→ **PROVIDED INFORMATION**
+-------+

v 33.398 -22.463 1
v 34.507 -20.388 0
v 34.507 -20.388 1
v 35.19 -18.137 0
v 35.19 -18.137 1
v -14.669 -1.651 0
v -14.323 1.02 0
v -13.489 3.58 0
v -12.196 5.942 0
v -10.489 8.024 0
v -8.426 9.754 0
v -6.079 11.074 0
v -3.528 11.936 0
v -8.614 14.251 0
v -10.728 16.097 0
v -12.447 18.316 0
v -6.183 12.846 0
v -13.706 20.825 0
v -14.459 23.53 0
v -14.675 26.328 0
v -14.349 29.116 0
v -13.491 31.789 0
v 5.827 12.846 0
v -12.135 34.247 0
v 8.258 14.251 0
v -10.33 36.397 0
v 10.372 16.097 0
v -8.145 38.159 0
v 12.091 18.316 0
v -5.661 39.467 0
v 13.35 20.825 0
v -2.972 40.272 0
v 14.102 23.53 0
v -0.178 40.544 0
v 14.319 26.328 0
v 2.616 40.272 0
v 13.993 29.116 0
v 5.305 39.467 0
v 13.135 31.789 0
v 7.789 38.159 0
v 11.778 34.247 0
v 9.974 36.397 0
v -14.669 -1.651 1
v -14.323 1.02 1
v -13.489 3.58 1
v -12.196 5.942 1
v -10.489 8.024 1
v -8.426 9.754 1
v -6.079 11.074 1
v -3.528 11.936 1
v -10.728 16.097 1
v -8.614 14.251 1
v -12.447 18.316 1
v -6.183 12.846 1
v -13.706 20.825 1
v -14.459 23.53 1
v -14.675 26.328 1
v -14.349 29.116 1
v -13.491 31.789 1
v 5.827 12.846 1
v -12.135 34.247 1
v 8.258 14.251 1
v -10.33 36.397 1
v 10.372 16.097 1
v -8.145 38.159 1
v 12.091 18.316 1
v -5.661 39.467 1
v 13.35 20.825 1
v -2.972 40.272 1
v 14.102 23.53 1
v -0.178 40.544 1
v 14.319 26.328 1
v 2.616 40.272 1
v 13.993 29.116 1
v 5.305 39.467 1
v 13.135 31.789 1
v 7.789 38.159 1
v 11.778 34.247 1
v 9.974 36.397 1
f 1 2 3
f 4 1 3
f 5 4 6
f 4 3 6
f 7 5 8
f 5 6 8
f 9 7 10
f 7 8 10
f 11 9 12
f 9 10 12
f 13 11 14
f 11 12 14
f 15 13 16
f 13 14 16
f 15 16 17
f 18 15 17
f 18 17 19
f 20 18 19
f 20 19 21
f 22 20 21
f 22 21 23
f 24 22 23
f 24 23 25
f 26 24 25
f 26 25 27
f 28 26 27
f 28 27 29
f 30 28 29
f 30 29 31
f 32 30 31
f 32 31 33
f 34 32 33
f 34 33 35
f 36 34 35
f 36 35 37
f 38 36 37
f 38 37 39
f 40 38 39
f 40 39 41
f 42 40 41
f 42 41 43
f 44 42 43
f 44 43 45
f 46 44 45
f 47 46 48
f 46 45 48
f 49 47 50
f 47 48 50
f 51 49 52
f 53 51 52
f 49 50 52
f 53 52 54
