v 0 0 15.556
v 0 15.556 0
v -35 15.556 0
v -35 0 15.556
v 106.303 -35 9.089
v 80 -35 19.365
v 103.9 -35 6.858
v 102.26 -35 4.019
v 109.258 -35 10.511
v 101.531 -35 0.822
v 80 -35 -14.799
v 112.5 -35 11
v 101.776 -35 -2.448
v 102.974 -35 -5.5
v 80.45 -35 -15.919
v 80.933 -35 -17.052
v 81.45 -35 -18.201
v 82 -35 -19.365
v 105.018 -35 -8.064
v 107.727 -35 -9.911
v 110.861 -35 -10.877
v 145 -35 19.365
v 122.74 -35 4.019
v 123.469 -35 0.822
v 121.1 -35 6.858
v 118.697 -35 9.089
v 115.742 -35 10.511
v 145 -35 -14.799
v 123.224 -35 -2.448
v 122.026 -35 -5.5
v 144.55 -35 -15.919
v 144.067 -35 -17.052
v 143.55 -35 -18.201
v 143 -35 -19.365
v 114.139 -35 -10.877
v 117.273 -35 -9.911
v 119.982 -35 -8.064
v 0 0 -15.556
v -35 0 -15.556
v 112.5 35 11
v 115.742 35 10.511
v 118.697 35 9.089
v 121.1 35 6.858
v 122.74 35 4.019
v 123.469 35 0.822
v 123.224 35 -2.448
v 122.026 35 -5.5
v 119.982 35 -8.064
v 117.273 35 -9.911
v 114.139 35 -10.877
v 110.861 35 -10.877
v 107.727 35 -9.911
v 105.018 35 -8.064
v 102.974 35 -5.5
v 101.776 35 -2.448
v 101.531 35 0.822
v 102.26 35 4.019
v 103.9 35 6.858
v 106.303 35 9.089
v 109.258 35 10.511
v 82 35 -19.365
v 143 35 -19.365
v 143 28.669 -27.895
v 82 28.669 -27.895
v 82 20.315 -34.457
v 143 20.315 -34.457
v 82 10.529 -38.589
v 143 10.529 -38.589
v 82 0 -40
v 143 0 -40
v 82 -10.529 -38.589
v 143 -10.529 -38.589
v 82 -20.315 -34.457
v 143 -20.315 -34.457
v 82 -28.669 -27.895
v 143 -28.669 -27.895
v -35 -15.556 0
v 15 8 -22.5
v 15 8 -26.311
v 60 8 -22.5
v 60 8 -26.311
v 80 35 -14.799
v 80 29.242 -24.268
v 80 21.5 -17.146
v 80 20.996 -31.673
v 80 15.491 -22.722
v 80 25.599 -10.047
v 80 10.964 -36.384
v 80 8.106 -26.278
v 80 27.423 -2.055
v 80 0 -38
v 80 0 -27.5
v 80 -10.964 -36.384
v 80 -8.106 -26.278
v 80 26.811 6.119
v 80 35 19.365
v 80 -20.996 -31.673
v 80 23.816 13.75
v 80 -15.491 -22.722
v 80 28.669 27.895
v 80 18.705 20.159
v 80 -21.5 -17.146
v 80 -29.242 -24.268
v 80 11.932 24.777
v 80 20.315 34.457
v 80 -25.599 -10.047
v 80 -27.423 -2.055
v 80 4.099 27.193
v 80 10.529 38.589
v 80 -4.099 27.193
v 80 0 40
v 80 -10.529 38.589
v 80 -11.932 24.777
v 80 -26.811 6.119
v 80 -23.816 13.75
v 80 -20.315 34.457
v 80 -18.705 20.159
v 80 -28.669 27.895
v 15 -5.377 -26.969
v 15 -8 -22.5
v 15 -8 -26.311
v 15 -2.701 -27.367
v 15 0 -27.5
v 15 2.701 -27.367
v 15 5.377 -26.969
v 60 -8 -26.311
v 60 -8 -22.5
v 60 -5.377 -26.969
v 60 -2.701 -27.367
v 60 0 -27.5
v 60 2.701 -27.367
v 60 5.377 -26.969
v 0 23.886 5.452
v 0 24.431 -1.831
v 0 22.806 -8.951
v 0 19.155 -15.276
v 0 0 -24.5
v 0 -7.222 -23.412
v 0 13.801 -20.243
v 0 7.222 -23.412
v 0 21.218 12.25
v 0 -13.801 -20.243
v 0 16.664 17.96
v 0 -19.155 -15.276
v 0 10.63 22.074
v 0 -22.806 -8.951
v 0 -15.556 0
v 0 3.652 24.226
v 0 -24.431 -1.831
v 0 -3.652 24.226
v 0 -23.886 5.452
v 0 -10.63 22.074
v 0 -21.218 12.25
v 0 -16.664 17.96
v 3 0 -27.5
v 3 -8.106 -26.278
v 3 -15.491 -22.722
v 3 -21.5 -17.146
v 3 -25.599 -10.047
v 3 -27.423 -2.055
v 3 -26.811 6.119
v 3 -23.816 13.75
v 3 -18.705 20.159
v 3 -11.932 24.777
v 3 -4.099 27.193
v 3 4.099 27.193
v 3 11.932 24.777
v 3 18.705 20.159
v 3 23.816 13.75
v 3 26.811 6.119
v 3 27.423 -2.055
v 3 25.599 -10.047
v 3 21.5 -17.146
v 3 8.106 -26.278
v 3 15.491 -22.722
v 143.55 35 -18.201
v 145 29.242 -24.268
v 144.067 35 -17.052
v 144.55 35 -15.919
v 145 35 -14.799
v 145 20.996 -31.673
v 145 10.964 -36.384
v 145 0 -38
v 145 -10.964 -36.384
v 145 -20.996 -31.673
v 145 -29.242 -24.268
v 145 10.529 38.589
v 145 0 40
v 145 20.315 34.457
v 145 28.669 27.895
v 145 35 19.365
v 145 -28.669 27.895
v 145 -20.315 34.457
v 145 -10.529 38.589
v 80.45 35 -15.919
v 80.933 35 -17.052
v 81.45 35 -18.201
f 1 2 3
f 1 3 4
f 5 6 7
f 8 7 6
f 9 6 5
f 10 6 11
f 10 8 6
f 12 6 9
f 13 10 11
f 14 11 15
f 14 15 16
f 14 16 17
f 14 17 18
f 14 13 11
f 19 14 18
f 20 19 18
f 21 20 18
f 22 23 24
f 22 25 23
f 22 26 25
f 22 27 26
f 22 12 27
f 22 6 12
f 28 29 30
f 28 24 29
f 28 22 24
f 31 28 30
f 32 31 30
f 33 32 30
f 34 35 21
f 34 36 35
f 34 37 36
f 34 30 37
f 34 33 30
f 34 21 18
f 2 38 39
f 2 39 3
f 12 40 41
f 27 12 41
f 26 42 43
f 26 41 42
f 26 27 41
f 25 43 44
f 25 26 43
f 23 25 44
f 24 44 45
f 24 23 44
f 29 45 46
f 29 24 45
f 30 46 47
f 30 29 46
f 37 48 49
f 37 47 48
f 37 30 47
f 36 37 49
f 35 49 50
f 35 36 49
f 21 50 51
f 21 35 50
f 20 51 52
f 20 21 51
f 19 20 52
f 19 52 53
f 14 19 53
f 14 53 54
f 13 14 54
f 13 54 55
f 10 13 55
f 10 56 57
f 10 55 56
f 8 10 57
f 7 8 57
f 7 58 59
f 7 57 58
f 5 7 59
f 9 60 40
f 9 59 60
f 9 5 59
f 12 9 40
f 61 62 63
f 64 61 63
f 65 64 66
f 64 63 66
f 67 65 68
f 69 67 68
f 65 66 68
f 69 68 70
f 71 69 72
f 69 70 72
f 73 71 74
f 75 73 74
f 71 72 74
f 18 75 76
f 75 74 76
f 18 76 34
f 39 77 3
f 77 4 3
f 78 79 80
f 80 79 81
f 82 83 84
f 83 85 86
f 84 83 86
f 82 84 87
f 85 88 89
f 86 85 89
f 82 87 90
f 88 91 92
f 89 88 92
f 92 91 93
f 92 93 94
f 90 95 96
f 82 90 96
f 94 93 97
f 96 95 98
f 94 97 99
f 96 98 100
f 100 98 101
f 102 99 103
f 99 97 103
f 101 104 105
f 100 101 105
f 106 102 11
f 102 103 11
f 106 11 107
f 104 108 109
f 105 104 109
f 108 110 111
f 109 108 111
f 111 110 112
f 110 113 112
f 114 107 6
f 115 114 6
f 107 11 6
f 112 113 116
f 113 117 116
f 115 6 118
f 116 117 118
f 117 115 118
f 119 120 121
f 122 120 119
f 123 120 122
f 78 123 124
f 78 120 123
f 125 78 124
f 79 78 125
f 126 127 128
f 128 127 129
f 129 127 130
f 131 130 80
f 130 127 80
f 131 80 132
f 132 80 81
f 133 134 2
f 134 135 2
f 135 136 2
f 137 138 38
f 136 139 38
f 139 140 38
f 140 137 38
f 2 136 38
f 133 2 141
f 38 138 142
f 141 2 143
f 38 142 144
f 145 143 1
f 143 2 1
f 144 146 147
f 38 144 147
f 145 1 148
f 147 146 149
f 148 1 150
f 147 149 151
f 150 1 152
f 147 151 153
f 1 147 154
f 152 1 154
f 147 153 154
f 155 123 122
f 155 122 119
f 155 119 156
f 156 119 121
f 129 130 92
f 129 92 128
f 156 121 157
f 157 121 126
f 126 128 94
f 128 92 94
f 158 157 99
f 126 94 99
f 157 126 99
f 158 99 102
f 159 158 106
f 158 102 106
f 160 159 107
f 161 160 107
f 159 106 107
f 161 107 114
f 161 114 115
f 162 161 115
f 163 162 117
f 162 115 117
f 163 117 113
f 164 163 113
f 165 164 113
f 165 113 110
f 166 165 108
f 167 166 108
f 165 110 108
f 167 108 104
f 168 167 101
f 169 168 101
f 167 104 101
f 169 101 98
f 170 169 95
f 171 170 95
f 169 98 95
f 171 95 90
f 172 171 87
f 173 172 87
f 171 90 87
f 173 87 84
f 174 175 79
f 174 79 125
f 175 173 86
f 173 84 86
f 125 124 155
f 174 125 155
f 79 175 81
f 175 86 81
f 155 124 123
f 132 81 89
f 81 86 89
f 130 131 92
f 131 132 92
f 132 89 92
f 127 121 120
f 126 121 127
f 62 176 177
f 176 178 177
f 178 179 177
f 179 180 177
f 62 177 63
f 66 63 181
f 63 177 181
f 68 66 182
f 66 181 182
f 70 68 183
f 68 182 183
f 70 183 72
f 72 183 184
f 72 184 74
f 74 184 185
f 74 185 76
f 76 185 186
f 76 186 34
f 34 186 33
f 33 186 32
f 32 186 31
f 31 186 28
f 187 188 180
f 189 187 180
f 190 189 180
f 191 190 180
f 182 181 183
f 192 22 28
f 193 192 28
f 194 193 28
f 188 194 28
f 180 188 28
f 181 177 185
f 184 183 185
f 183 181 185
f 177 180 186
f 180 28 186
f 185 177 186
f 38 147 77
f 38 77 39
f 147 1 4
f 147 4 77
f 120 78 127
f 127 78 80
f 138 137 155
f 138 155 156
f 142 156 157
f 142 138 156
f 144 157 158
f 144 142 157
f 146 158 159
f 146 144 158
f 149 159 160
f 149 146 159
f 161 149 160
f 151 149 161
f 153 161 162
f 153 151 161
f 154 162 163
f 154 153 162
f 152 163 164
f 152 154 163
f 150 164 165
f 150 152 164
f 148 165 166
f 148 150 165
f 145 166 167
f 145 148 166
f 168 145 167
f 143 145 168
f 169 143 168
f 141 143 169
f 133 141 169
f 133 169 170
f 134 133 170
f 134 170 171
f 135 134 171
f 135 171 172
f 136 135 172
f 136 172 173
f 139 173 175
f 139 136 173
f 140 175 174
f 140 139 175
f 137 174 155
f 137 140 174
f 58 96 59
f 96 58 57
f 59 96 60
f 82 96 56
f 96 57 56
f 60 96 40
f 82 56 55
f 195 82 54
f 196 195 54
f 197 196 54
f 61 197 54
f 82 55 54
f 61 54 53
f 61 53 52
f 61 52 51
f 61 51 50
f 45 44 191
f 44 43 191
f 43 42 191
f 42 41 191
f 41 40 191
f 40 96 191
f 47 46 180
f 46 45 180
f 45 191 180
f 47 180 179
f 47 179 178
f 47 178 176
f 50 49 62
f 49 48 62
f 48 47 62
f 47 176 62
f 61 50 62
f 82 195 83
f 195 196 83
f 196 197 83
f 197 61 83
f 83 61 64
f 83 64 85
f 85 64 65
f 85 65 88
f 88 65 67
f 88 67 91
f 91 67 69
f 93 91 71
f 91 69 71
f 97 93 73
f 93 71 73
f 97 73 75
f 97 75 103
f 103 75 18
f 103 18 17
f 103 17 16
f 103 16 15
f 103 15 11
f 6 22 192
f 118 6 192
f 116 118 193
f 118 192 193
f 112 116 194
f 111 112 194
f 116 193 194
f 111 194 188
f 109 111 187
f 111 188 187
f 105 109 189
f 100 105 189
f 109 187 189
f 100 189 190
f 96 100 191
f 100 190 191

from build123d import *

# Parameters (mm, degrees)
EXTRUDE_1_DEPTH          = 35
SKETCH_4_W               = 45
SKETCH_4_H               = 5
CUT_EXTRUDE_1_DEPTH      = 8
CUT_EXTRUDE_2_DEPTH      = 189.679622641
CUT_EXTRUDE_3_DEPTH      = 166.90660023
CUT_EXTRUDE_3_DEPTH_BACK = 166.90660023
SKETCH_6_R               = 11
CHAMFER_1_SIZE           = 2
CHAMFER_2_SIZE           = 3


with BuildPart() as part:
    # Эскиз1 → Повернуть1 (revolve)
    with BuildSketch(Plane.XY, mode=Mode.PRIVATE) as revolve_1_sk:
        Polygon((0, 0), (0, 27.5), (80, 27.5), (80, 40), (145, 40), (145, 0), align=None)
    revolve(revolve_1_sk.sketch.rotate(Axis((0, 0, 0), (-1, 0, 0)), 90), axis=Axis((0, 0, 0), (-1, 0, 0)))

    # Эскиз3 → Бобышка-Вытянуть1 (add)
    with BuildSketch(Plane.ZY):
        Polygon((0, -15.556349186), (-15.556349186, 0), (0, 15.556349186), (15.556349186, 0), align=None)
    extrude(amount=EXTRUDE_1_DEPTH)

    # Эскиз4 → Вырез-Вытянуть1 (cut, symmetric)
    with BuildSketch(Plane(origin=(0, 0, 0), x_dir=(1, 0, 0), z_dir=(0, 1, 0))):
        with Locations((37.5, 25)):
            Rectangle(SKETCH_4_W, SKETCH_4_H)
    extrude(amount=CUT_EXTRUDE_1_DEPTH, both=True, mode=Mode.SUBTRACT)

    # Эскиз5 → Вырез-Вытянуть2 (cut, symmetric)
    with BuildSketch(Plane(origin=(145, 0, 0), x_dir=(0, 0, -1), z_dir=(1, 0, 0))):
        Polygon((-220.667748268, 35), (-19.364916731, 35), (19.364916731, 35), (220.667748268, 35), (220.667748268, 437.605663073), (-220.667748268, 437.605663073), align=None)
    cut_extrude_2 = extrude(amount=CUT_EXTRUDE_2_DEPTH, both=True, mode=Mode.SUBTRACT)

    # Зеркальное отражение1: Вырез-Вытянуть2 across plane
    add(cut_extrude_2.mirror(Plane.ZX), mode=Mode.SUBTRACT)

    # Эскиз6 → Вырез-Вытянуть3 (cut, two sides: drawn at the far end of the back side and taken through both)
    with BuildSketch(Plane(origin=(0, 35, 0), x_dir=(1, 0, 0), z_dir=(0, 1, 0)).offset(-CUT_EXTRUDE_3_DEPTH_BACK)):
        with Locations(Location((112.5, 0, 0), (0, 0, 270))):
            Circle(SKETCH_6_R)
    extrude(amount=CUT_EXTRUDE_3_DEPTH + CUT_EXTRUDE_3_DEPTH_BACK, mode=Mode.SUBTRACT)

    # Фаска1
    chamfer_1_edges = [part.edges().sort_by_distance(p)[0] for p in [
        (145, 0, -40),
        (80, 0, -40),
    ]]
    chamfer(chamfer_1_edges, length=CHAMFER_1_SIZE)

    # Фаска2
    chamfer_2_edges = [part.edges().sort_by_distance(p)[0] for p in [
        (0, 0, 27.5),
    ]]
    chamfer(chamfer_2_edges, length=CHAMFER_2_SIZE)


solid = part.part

+-------+

→ **ASSIGNMENT**
Please give an exact copy of the entries above, from the line with "v 110.861 -35 -10.877" down to the line with "v 15 5.377 -26.969", inclusive, and nothing else.

→ **SOLUTION TO THIS TASK**
v 110.861 -35 -10.877
v 145 -35 19.365
v 122.74 -35 4.019
v 123.469 -35 0.822
v 121.1 -35 6.858
v 118.697 -35 9.089
v 115.742 -35 10.511
v 145 -35 -14.799
v 123.224 -35 -2.448
v 122.026 -35 -5.5
v 144.55 -35 -15.919
v 144.067 -35 -17.052
v 143.55 -35 -18.201
v 143 -35 -19.365
v 114.139 -35 -10.877
v 117.273 -35 -9.911
v 119.982 -35 -8.064
v 0 0 -15.556
v -35 0 -15.556
v 112.5 35 11
v 115.742 35 10.511
v 118.697 35 9.089
v 121.1 35 6.858
v 122.74 35 4.019
v 123.469 35 0.822
v 123.224 35 -2.448
v 122.026 35 -5.5
v 119.982 35 -8.064
v 117.273 35 -9.911
v 114.139 35 -10.877
v 110.861 35 -10.877
v 107.727 35 -9.911
v 105.018 35 -8.064
v 102.974 35 -5.5
v 101.776 35 -2.448
v 101.531 35 0.822
v 102.26 35 4.019
v 103.9 35 6.858
v 106.303 35 9.089
v 109.258 35 10.511
v 82 35 -19.365
v 143 35 -19.365
v 143 28.669 -27.895
v 82 28.669 -27.895
v 82 20.315 -34.457
v 143 20.315 -34.457
v 82 10.529 -38.589
v 143 10.529 -38.589
v 82 0 -40
v 143 0 -40
v 82 -10.529 -38.589
v 143 -10.529 -38.589
v 82 -20.315 -34.457
v 143 -20.315 -34.457
v 82 -28.669 -27.895
v 143 -28.669 -27.895
v -35 -15.556 0
v 15 8 -22.5
v 15 8 -26.311
v 60 8 -22.5
v 60 8 -26.311
v 80 35 -14.799
v 80 29.242 -24.268
v 80 21.5 -17.146
v 80 20.996 -31.673
v 80 15.491 -22.722
v 80 25.599 -10.047
v 80 10.964 -36.384
v 80 8.106 -26.278
v 80 27.423 -2.055
v 80 0 -38
v 80 0 -27.5
v 80 -10.964 -36.384
v 80 -8.106 -26.278
v 80 26.811 6.119
v 80 35 19.365
v 80 -20.996 -31.673
v 80 23.816 13.75
v 80 -15.491 -22.722
v 80 28.669 27.895
v 80 18.705 20.159
v 80 -21.5 -17.146
v 80 -29.242 -24.268
v 80 11.932 24.777
v 80 20.315 34.457
v 80 -25.599 -10.047
v 80 -27.423 -2.055
v 80 4.099 27.193
v 80 10.529 38.589
v 80 -4.099 27.193
v 80 0 40
v 80 -10.529 38.589
v 80 -11.932 24.777
v 80 -26.811 6.119
v 80 -23.816 13.75
v 80 -20.315 34.457
v 80 -18.705 20.159
v 80 -28.669 27.895
v 15 -5.377 -26.969
v 15 -8 -22.5
v 15 -8 -26.311
v 15 -2.701 -27.367
v 15 0 -27.5
v 15 2.701 -27.367
v 15 5.377 -26.969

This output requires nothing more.